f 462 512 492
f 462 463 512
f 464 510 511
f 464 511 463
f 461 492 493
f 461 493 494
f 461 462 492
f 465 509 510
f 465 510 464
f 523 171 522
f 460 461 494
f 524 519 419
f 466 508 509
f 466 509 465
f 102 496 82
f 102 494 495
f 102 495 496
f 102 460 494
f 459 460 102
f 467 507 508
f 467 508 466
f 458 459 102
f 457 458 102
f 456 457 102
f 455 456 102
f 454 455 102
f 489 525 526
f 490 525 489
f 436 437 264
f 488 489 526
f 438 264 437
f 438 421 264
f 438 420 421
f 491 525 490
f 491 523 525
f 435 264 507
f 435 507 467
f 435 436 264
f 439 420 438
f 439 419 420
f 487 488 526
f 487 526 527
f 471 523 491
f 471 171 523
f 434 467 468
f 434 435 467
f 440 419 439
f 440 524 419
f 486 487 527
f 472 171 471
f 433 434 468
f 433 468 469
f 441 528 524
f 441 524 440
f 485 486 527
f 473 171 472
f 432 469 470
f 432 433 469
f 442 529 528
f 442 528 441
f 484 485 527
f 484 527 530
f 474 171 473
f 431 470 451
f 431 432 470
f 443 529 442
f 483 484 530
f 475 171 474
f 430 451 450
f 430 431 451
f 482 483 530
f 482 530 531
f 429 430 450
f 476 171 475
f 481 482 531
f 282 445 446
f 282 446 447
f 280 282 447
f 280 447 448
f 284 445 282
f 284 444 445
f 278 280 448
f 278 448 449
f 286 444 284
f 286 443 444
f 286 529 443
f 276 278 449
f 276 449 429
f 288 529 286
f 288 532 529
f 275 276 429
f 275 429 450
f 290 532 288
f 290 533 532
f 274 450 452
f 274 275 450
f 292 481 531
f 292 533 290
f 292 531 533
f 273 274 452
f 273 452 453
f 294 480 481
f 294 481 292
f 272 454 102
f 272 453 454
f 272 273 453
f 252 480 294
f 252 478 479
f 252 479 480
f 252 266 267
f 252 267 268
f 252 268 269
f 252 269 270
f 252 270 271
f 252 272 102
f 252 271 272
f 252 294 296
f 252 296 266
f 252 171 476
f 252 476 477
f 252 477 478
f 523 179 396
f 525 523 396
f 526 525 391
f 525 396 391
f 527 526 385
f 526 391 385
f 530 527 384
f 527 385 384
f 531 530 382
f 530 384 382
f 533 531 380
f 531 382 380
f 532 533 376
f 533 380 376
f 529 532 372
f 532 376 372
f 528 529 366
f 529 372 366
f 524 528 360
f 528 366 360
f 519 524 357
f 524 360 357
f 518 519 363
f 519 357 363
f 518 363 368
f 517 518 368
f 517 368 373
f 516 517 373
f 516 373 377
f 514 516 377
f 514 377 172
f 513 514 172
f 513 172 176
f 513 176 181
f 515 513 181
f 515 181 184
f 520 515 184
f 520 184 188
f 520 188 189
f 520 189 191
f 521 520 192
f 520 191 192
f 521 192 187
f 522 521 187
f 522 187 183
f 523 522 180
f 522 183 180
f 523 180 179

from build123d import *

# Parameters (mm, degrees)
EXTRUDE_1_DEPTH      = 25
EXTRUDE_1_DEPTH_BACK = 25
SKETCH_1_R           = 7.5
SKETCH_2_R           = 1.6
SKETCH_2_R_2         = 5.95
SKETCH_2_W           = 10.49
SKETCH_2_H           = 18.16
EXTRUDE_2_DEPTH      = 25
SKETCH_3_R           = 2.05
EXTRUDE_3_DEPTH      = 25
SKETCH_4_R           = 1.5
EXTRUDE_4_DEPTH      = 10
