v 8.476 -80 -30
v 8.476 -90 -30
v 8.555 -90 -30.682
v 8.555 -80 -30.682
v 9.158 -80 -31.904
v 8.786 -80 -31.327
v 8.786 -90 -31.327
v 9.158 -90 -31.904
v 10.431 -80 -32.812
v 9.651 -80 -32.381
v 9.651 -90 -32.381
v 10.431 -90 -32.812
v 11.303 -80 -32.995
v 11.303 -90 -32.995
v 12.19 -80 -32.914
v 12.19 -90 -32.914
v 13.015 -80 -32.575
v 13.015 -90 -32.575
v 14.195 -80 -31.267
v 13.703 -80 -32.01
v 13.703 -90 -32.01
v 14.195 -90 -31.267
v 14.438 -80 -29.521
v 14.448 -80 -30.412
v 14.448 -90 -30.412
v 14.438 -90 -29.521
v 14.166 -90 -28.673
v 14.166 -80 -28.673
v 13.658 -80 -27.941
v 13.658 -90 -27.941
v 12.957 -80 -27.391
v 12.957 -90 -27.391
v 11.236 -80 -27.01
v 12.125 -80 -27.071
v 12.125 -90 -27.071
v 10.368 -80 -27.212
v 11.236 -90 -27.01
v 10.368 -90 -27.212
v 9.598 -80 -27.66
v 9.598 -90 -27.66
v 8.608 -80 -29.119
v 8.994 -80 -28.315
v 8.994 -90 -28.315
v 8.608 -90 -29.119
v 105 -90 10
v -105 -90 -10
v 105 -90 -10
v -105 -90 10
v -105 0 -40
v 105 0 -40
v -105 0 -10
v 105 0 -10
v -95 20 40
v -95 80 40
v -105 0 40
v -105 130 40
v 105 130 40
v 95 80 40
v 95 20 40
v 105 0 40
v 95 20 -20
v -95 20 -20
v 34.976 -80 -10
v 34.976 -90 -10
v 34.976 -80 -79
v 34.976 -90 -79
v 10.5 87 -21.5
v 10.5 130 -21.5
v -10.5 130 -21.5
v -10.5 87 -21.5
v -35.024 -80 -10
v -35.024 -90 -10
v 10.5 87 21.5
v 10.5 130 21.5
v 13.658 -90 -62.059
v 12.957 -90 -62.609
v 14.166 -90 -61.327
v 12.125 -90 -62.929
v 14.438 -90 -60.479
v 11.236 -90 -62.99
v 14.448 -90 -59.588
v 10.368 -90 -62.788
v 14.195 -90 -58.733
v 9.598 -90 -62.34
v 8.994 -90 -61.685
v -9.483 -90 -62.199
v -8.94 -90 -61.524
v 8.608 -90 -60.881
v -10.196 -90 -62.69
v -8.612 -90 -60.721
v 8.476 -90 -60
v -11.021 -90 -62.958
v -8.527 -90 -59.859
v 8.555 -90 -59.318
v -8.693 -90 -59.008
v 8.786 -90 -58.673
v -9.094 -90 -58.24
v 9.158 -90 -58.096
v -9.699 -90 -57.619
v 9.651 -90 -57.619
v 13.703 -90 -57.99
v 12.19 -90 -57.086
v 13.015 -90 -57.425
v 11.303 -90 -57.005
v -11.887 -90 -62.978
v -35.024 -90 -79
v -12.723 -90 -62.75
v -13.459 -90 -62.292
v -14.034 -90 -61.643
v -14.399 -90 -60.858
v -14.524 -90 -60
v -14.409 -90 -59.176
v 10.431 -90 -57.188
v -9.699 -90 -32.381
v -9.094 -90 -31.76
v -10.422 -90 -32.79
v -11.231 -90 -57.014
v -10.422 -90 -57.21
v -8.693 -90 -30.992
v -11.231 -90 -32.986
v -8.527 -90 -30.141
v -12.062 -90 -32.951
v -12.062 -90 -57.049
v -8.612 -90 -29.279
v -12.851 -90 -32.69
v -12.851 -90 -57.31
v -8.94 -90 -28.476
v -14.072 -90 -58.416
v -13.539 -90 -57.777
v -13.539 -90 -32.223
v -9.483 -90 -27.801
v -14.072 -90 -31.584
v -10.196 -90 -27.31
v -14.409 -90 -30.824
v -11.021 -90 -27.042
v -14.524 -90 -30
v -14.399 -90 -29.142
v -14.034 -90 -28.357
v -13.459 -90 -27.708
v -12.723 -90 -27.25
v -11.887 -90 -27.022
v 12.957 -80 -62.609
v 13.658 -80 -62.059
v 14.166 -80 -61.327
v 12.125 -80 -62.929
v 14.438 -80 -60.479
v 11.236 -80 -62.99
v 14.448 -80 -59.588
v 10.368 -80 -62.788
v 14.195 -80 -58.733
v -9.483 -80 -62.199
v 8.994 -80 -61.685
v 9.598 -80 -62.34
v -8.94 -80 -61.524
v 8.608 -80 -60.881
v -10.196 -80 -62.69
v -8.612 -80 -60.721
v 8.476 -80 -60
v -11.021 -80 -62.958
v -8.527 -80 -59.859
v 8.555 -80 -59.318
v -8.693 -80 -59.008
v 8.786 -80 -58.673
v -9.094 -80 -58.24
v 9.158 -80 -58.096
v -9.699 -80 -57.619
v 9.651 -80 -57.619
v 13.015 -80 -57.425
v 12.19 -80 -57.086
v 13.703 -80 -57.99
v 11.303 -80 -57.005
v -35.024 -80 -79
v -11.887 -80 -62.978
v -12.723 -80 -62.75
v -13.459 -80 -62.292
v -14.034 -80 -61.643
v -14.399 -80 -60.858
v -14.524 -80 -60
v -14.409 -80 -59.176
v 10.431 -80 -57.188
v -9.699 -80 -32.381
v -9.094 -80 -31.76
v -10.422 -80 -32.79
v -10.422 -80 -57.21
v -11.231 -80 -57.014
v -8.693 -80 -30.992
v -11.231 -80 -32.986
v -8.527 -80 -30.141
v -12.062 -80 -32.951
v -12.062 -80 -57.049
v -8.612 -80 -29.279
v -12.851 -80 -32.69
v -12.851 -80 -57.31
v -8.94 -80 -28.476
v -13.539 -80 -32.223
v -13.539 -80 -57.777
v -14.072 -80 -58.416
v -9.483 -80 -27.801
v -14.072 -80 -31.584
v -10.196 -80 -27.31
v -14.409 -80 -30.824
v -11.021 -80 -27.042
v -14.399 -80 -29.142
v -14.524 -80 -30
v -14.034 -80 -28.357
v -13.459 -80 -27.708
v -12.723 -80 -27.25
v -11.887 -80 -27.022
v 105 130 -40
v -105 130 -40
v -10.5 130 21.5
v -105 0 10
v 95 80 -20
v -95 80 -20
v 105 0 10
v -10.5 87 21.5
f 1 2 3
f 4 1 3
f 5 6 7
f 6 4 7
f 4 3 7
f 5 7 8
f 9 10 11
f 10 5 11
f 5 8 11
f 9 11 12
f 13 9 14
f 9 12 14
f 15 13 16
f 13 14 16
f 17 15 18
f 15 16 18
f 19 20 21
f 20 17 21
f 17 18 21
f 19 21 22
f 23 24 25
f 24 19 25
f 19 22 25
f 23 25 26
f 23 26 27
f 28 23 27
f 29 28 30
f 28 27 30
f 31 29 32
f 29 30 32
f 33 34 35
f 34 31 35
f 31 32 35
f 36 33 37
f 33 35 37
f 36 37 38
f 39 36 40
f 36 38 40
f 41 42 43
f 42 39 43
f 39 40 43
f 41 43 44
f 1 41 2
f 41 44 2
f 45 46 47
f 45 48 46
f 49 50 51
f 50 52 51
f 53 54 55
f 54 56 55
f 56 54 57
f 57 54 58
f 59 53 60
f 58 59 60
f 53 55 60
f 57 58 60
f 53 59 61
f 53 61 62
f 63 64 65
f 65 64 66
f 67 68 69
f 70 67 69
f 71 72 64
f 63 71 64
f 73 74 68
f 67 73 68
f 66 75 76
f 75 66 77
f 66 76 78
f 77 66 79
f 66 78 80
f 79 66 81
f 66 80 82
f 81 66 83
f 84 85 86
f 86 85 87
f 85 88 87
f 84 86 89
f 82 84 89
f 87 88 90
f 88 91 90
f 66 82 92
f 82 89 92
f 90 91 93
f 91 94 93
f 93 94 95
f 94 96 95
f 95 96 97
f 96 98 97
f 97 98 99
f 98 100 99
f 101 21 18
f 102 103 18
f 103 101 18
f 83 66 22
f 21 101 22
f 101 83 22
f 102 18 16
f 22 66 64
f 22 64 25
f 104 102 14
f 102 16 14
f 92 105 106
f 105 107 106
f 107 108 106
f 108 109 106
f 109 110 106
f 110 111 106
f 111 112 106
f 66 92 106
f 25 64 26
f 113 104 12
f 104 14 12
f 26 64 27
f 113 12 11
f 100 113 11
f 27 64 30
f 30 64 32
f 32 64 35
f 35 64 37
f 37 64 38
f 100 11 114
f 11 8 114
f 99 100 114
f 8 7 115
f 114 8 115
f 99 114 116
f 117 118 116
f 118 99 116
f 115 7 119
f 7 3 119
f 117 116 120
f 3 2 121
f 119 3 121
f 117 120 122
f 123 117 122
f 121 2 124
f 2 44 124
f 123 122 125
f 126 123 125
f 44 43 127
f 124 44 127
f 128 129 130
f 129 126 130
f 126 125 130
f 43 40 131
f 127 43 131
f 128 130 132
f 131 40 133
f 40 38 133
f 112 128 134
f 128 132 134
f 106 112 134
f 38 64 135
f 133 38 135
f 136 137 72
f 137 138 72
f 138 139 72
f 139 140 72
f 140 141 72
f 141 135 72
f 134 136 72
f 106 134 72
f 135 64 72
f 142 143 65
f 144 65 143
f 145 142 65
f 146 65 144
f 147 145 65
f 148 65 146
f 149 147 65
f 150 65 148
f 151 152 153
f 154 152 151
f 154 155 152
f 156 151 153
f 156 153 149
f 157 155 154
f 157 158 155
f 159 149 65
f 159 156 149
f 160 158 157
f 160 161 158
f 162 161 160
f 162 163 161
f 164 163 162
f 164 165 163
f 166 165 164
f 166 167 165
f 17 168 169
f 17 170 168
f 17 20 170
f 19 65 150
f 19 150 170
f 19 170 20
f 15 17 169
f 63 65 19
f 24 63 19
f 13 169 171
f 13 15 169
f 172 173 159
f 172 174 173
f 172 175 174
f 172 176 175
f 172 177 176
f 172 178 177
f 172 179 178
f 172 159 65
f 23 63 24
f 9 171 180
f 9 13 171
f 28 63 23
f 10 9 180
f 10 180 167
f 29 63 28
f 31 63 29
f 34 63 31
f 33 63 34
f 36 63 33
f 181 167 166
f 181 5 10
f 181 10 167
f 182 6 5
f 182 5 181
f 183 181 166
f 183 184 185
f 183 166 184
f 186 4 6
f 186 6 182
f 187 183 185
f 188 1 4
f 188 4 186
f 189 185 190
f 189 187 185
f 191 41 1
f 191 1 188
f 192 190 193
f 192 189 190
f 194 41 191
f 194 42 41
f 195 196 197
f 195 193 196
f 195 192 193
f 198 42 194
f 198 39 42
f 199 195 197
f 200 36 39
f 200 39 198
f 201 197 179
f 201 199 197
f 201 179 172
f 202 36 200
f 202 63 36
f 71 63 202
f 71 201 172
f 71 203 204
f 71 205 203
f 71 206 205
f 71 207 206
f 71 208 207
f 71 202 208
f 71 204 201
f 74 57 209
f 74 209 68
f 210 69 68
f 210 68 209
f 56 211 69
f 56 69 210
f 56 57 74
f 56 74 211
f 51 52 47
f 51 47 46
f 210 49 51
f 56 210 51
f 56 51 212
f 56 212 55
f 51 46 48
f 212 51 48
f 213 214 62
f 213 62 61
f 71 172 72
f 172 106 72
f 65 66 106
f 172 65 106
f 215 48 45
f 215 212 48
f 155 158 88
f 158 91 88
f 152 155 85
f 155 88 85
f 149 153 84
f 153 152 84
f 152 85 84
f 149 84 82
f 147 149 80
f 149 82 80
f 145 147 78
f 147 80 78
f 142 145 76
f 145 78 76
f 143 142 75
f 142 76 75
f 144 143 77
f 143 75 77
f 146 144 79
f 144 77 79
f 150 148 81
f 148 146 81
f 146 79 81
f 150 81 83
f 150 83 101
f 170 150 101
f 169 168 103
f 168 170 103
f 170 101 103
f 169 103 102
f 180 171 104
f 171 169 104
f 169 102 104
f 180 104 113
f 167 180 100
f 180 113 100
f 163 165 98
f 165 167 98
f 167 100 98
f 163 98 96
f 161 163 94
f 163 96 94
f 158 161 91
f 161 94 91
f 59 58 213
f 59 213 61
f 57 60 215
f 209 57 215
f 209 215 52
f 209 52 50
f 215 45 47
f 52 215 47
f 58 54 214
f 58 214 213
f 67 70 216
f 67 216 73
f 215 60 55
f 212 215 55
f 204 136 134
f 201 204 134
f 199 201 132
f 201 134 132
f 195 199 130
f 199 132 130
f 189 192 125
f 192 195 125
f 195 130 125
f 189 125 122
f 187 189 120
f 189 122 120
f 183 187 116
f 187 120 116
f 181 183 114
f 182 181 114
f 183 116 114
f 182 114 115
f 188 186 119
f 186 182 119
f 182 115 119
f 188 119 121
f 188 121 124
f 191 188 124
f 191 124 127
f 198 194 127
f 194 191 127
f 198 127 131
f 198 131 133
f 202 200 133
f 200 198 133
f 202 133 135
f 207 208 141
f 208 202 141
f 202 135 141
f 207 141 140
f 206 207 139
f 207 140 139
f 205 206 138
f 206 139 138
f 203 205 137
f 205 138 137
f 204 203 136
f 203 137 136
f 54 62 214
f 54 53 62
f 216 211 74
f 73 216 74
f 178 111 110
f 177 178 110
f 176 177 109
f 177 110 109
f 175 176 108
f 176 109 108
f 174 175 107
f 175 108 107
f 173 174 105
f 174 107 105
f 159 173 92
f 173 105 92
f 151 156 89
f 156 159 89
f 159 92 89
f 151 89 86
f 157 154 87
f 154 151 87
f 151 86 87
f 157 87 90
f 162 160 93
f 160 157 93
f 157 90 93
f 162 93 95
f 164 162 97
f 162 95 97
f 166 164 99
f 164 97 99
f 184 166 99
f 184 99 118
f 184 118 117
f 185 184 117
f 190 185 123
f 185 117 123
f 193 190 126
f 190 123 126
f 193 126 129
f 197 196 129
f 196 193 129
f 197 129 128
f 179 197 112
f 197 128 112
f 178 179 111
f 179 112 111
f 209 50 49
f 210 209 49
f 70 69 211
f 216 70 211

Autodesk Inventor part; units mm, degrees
ref_plane "YZ Plane" through (0, 0, 0) normal (1, 0, 0) x (0, 1, 0)
ref_plane "XY Plane" through (0, 0, 0) normal (0, 0, 1) x (1, 0, 0)
sketch "Boceto1" plane through (0, 0, 0) normal (0, 1, 0) x (-1, 0, 0)
  line L0 (105, 40) -> (-105, 40)
  line L1 (-105, 40) -> (-105, -40)
  line L2 (-105, -40) -> (105, -40)
  line L3 (105, -40) -> (105, 40)
  line L4 (105, 40) -> (-105, -40) construction
  line L5 (-105, 40) -> (105, -40) construction
  point P0 (0, 0)
  dimension "d0" = 210
  dimension "d1" = 80
extrude "Extrusión1" add sketch "Boceto1" along normal blind 130
sketch "Boceto2" plane through (-105, 0, 40) normal (0, 0, 1) x (1, 0, 0)
  line L0 (10, 80) -> (200, 80)
  line L1 (200, 80) -> (200, 20)
  line L2 (200, 20) -> (10, 20)
  line L3 (10, 20) -> (10, 80)
  line L4 (10, 80) -> (200, 20) construction
  line L5 (200, 80) -> (10, 20) construction
  line L6 (0, 0) -> (210, 0) projected
  point P0 (105, 0)
  point P1 (105, 50)
  dimension "d4" = 190
  dimension "d5" = 60
  dimension "d6" = 20
extrude "Extrusión2" cut sketch "Boceto2" against normal blind 60
sketch "Boceto3" plane through (0, 130, 0) normal (0, 1, 0) x (1, 0, 0)
  line L0 (-10.5, -21.5) -> (10.5, -21.5)
  line L1 (10.5, -21.5) -> (10.5, 21.5)
  line L2 (10.5, 21.5) -> (-10.5, 21.5)
  line L3 (-10.5, 21.5) -> (-10.5, -21.5)
  line L4 (-10.5, -21.5) -> (10.5, 21.5) construction
  line L5 (10.5, -21.5) -> (-10.5, 21.5) construction
  point P0 (0, 0)
  point P1 (0, 0)
  dimension "d9" = 21
  dimension "d10" = 43
extrude "Extrusión3" cut sketch "Boceto3" against normal blind 43
sketch "Boceto4" plane through (0, 0, 0) normal (0, -1, 0) x (1, 0, 0)
  line L0 (105, 40) -> (105, -40) projected
  line L1 (-105, 10) -> (105, 10)
  line L2 (105, 10) -> (105, -10)
  line L3 (105, -10) -> (-105, -10)
  line L4 (-105, -10) -> (-105, 10)
  line L5 (-105, 10) -> (105, -10) construction
  line L6 (105, 10) -> (-105, -10) construction
  point P0 (0, 0)
  dimension "d13" = 20
extrude "Extrusión4" add sketch "Boceto4" along normal blind 90
ref_plane "Plano de trabajo1" through (0, -90, 0) normal (0, 1, 0) x (-1, 0, 0)
sketch "Boceto7" plane through (0, -90, 0) normal (0, 1, 0) x (-1, 0, 0)
  circle A0 centre (11.5239, -60) radius 3
  circle A1 centre (-11.4761, -60) radius 3
  line L0 (105, 10) -> (-105, 10)
  line L1 (105.0239, -10) -> (-104.9761, -10)
  line L2 (105.0239, -10) -> (-104.9761, -10)
  circle A2 centre (11.5239, -30) radius 3
  circle A3 centre (-11.4761, -30) radius 3
  line L3 (11.5239, -60) -> (-11.4761, -30)
  line L4 (11.5239, -30) -> (-11.4761, -60)
  line L5 (105, 10) -> (-105, 10)
  line L6 (-105, 10) -> (-95.8154, 10)
  line L7 (0.0239, -45) -> (-34.9761, -45)
  line L8 (0.0239, -45) -> (35.0239, -45)
  line L9 (35.0239, -45) -> (35.0239, -10)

== == ==

§ WHAT THIS TASK INVOLVES: Extract the lines of the preceding material that run from the line with "f 110 111 106" through the line with "f 118 99 116", inclusive, reproducing them exactly and adding nothing.

§ EXPECTED ANSWER:
f 110 111 106
f 111 112 106
f 66 92 106
f 25 64 26
f 113 104 12
f 104 14 12
f 26 64 27
f 113 12 11
f 100 113 11
f 27 64 30
f 30 64 32
f 32 64 35
f 35 64 37
f 37 64 38
f 100 11 114
f 11 8 114
f 99 100 114
f 8 7 115
f 114 8 115
f 99 114 116
f 117 118 116
f 118 99 116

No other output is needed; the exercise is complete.